Une insécurité qui est sociale30/11/20012001Journal/medias/journalnumero/images/2001/11/une-1741.gif.445x577_q85_box-0%2C11%2C166%2C227_crop_detail.jpg

Editorial

Une insécurité qui est sociale

A l'occasion des manifestations de policiers et de femmes de gendarmes qui se sont multipliées ces derniers temps, l'opinion a pu apprendre que ces serviteurs de l'Etat n'étaient pas mieux lotis que les autres, ni en ce qui concerne leurs salaires, qui ne dépassaient guère ceux d'autres fonctionnaires du bas de l'échelle, ni en ce qui concerne leurs conditions de travail, même si nombre d'entre eux exercent une profession que l'on peut considérer comme " à risque ". Tout comme d'autres, tels par exemple les convoyeurs de fonds, dont on évoque les conditions de travail et de rémunération chaque fois que l'un des leurs tombe victime d'un braquage. Cela fournit l'occasion aux autorités ou aux patrons des entreprises de convoyage de verser quelques larmes, aussi officielles qu'hypocrites. Mais d'une fois sur l'autre, on constate que rien n'a changé.

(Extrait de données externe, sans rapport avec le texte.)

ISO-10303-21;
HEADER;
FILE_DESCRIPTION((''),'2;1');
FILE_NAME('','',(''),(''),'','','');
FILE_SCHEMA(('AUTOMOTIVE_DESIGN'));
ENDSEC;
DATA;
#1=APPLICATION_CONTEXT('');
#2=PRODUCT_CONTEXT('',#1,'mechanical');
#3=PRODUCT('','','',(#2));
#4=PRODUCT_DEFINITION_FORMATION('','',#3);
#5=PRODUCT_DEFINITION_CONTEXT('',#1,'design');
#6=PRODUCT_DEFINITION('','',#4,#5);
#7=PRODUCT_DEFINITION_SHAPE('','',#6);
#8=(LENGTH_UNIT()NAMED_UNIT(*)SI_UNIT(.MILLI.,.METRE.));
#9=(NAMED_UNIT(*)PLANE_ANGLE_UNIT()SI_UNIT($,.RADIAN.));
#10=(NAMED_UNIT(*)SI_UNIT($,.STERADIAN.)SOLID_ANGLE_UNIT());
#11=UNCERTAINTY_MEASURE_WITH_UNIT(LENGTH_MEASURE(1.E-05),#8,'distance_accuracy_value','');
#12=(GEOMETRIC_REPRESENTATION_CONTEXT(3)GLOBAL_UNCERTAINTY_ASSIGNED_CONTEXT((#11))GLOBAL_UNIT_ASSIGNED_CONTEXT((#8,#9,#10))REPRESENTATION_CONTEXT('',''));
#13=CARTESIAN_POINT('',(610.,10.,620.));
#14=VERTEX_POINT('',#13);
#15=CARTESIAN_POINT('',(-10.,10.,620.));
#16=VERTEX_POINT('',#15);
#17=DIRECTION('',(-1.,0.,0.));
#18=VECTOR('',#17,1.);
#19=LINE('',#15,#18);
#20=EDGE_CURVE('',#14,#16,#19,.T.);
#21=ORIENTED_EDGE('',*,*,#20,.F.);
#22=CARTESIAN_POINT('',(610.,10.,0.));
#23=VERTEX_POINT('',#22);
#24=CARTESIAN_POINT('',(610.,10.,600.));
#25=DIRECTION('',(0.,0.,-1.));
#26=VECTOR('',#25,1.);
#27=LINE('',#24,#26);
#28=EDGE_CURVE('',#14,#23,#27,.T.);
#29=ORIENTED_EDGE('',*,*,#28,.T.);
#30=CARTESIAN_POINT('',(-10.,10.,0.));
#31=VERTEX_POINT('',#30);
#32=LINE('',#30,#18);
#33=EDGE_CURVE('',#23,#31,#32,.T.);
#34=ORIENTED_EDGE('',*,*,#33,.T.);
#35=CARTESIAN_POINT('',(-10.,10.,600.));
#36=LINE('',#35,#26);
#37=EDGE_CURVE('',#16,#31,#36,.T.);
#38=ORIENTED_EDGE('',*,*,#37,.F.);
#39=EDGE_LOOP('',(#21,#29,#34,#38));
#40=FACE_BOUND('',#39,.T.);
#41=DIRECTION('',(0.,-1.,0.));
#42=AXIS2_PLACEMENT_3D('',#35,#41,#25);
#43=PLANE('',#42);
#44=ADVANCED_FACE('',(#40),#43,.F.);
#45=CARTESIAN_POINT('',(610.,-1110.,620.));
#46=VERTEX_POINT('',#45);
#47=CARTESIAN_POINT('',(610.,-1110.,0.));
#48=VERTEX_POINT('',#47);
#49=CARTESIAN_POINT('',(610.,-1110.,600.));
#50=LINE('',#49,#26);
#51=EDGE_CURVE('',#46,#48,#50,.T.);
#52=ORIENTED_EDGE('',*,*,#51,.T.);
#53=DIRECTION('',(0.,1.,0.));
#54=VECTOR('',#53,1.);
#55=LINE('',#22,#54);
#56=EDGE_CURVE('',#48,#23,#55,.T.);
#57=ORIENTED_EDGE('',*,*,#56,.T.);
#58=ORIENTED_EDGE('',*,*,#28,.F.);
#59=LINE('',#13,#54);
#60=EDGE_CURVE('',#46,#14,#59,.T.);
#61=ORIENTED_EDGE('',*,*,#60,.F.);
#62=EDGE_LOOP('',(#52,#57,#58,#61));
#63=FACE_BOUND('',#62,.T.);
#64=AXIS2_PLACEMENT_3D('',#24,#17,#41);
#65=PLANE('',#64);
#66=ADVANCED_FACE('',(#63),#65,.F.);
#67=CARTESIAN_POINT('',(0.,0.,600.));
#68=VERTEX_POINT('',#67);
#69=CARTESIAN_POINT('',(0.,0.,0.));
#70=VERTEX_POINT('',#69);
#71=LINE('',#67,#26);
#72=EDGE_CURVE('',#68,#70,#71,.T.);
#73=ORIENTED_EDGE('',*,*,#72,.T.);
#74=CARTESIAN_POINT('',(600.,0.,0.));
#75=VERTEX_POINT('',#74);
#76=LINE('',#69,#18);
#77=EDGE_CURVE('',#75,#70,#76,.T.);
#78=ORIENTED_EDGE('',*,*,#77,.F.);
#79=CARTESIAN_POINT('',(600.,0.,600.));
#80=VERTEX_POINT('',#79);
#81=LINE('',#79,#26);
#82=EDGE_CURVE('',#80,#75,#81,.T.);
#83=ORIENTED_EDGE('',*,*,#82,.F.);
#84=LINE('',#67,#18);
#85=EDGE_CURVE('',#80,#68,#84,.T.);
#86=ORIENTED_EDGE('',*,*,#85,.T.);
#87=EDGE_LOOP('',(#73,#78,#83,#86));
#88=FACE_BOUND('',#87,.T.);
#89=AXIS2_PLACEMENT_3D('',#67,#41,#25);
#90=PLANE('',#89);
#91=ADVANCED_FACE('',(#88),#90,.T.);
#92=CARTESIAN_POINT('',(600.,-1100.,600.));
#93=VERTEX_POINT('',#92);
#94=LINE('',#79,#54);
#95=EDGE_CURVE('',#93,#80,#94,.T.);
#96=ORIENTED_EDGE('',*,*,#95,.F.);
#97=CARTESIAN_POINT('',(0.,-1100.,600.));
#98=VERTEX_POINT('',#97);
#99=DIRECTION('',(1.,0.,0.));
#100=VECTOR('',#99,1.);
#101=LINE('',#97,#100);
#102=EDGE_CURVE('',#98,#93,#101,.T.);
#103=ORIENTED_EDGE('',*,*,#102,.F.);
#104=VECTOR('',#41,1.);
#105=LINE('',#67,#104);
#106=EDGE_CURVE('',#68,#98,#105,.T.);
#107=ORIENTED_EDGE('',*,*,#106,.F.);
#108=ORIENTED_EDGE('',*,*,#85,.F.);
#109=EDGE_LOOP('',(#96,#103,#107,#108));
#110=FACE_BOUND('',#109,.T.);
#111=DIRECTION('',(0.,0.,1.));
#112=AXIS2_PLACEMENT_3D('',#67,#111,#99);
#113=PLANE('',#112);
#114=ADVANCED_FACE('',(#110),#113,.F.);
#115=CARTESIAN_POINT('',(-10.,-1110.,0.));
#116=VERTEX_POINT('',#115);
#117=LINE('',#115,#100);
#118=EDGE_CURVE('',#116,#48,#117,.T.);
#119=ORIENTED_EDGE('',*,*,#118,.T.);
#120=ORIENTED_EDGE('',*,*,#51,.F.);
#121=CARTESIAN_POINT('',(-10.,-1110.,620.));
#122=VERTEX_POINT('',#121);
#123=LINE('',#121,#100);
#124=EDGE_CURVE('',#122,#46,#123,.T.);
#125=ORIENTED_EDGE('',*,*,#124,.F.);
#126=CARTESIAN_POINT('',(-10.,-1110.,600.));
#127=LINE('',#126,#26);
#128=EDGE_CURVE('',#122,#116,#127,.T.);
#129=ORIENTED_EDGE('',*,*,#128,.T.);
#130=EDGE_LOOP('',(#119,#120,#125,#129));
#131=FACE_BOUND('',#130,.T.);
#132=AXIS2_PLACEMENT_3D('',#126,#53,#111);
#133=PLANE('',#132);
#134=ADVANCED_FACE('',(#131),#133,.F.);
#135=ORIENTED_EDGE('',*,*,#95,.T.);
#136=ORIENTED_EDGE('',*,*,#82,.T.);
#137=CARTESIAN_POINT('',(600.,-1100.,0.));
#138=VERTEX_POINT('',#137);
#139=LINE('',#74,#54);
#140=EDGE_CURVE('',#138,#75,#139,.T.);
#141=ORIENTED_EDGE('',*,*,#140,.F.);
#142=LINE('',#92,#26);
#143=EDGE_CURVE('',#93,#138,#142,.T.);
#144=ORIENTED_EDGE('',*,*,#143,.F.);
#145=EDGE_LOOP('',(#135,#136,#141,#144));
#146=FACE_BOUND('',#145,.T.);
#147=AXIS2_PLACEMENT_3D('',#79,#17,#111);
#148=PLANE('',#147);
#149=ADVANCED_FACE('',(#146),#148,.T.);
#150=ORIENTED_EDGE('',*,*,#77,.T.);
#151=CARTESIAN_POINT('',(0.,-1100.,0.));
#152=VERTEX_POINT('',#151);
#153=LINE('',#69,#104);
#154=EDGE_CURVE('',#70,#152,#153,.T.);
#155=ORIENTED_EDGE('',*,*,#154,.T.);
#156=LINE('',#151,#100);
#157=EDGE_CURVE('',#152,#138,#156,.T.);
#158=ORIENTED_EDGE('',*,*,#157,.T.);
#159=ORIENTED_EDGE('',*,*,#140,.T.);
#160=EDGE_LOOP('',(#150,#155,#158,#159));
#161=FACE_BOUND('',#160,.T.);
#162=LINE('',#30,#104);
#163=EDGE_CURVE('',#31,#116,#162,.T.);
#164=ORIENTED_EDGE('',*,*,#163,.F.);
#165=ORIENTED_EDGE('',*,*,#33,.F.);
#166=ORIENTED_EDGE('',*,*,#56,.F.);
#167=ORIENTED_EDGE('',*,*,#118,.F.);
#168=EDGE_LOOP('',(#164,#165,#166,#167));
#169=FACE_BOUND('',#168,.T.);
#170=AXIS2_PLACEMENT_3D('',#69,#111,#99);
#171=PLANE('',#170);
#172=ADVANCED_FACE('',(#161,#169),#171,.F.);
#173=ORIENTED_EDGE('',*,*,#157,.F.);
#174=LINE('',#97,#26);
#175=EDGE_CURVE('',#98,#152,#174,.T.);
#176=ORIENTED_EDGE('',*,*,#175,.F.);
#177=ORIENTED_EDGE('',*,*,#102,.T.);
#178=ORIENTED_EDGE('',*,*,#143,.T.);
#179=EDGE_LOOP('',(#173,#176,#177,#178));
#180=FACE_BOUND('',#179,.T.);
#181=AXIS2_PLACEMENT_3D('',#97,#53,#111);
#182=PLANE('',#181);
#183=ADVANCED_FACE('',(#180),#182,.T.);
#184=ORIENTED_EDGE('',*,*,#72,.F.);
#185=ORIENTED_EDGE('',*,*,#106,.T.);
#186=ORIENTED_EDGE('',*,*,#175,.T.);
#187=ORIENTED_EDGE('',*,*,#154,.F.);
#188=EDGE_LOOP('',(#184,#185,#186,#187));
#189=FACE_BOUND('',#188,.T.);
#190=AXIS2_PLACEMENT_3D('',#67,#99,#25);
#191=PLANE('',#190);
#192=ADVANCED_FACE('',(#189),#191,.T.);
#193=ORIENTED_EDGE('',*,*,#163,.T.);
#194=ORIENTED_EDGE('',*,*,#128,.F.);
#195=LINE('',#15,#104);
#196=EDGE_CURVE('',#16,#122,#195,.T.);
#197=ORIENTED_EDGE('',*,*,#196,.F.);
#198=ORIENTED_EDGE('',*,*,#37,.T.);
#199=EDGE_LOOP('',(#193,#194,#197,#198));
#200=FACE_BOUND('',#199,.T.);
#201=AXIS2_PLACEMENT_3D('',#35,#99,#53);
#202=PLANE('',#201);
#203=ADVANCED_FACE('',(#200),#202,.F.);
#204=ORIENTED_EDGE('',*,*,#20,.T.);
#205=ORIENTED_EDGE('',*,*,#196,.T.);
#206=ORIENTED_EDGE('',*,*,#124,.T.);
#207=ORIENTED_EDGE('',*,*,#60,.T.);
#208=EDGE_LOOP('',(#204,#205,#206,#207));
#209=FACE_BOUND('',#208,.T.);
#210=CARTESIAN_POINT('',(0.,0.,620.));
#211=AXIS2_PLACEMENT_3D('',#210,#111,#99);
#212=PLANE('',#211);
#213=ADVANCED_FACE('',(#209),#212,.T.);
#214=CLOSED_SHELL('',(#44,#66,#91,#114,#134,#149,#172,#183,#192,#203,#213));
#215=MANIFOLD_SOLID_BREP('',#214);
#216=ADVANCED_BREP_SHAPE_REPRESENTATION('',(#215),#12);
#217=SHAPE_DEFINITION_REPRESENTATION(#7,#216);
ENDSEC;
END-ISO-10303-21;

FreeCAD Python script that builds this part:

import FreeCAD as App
import Part
import Sketcher


def add_polygon(sketch, points):
    """Adds a closed chain of lines whose ends are joined by coincident constraints."""
    first, n = sketch.GeometryCount, len(points)
    for a, b in zip(points, points[1:] + points[:1]):
        sketch.addGeometry(Part.LineSegment(App.Vector(*a, 0), App.Vector(*b, 0)), False)
    for i in range(n):
        sketch.addConstraint(Sketcher.Constraint("Coincident", first + i, 2, first + (i + 1) % n, 1))

doc = App.newDocument("Part")
body = doc.addObject("PartDesign::Body", "Body")

# Sketch on XY plane
sketch1 = body.newObject("Sketcher::SketchObject", "Sketch")
sketch1.AttachmentSupport = (doc.getObject("XY_Plane"), [""])
sketch1.MapMode = "FlatFace"
add_polygon(sketch1, [(-10, 10), (-10, -1110), (610, -1110), (610, 10)])  # lines 0-3
add_polygon(sketch1, [(600, -1100), (0, -1100), (0, 0), (600, 0)])  # lines 4-7
sketch1.addConstraint([
    Sketcher.Constraint("Vertical", 0),
    Sketcher.Constraint("Horizontal", 1),
    Sketcher.Constraint("Vertical", 2),
    Sketcher.Constraint("Horizontal", 3),
    Sketcher.Constraint("Horizontal", 4),
    Sketcher.Constraint("Vertical", 5),
    Sketcher.Constraint("Horizontal", 6),
    Sketcher.Constraint("Vertical", 7),
    Sketcher.Constraint("Coincident", 5, 2, -1, 1),
    Sketcher.Constraint("DistanceX", 1, 1, 1, 2, 620.0),
    Sketcher.Constraint("DistanceX", 4, 2, 4, 1, 600.0),
    Sketcher.Constraint("DistanceY", 0, 2, 0, 1, 1120.0),
    Sketcher.Constraint("DistanceY", 5, 1, 5, 2, 1100.0),
    Sketcher.Constraint("DistanceX", 0, 2, -1, 1, 10.0),
    Sketcher.Constraint("DistanceY", 0, 2, -1, 1, 1110.0),
])
pad1 = body.newObject("PartDesign::Pad", "Pad")
pad1.Profile = sketch1
pad1.Length = 600

# Sketch on XY plane
sketch2 = body.newObject("Sketcher::SketchObject", "Sketch001")
sketch2.AttachmentSupport = (doc.getObject("XY_Plane"), [""])
sketch2.MapMode = "FlatFace"
sketch2.AttachmentOffset = App.Placement(App.Vector(0, 0, 600), App.Rotation())
add_polygon(sketch2, [(-10, 10), (-10, -1110), (610, -1110), (610, 10)])  # lines 0-3
sketch2.addConstraint([
    Sketcher.Constraint("Vertical", 0),
    Sketcher.Constraint("Horizontal", 1),
    Sketcher.Constraint("Vertical", 2),
    Sketcher.Constraint("Horizontal", 3),
    Sketcher.Constraint("DistanceX", 1, 1, 1, 2, 620.0),
    Sketcher.Constraint("DistanceY", 0, 2, 0, 1, 1120.0),
    Sketcher.Constraint("DistanceX", 0, 2, -1, 1, 10.0),
    Sketcher.Constraint("DistanceY", 0, 2, -1, 1, 1110.0),
])
pad2 = body.newObject("PartDesign::Pad", "Pad001")
pad2.Profile = sketch2
pad2.Length = 20

doc.recompute()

Et l'Etat est aussi pingre avec ses serviteurs que les patrons avec leurs salariés. Il réserve sa générosité aux riches, aux actionnaires, et ne se soucie guère de ceux qui ont pour tâche, entre autres, de protéger leurs biens et de garantir leur ordre social.

Etant donné le rôle particulier des policiers, du fait aussi de la proximité des échéances électorales, il n'a pas fallu bien longtemps pour que le ministre de l'Intérieur, Daniel Vaillant, cède à une partie des revendications des policiers. Mais ce recul ne leur a pas suffi. Ils réclament plus. Et il n'est pas impossible que le gouvernement fasse, dans les jours qui viennent, un nouveau geste pour satisfaire les policiers, même si cela conforte du même coup la droite.

Cette fois le gouvernement a su faire machine arrière rapidement. Bien plus vite que lorsqu'il se trouve face aux exigences d'autres salariés de la fonction publique, comme par exemple les infirmières qui réclament en vain depuis des mois des effectifs correspondant à des besoins, ô combien utiles à la collectivité.

La grogne des policiers alimente les discours sécuritaires des politiciens qui battent la campagne, en quête d'électeurs futurs. La droite est évidemment en première ligne. Mais les socialistes se multiplient pour leur disputer cette place. Sans parler de Chevènement, ex-ministre de l'Intérieur de Jospin, qui fait feu de tout bois. Ni les uns ni les autres ne se soucient du fait que cette surenchère conforte un Le Pen, à l'affût, et qui représente, lui, une insécurité mortelle pour les travailleurs.

Les problèmes de sécurité sont réels. Ceux liés à la grande délinquance ont toujours existé et ne dépendent pas de la situation sociale. Mais on ne peut nier que la petite délinquance et l'incivilité se soient accrues. Pas partout dans les mêmes proportions, toutefois. Elles pèsent bien plus dans les cités où vit la population laborieuse. Elles se sont développées en même temps que le chômage, qui engendre à la fois désoeuvrement et pauvreté. Et c'est la population de ces cités qui en subit directement les effets, rendant plus difficile la vie de ceux qui n'ont déjà pas la vie facile.

Les politiciens auront beau rivaliser dans des propositions toujours plus sévères, cela ne réglera rien. Mais cela n'est pas leur souci.

Peut-être cela se traduira-t-il par l'envoi plus fréquent d'escouades de policiers. Mais la situation restera inchangée lorsque ces policiers se retireront. Peut-être implantera-t-on un peu plus de casernes de CRS, des maisons de correction pour des mineurs alors qu'on ne trouve pas d'argent pour construire des écoles pour accueillir les enfants dans des conditions normales. Peut-être généralisera-t-on l'interdiction des attroupements des mineurs de moins de treize ans. Outre ce qu'il y a de choquant dans ces idées, même ceux qui les formulent savent bien qu'elles seront sans effet.

Il faut s'attaquer radicalement à la pauvreté, et en premier lieu au chômage, et pour commencer interdire les licenciements qui l'alimentent. Mais aussi prendre sur la fortune des gros actionnaires, pour qu'ils paient la casse sociale dont ils sont responsables. Ce serait la seule façon sérieuse de couper les racines de l'insécurité.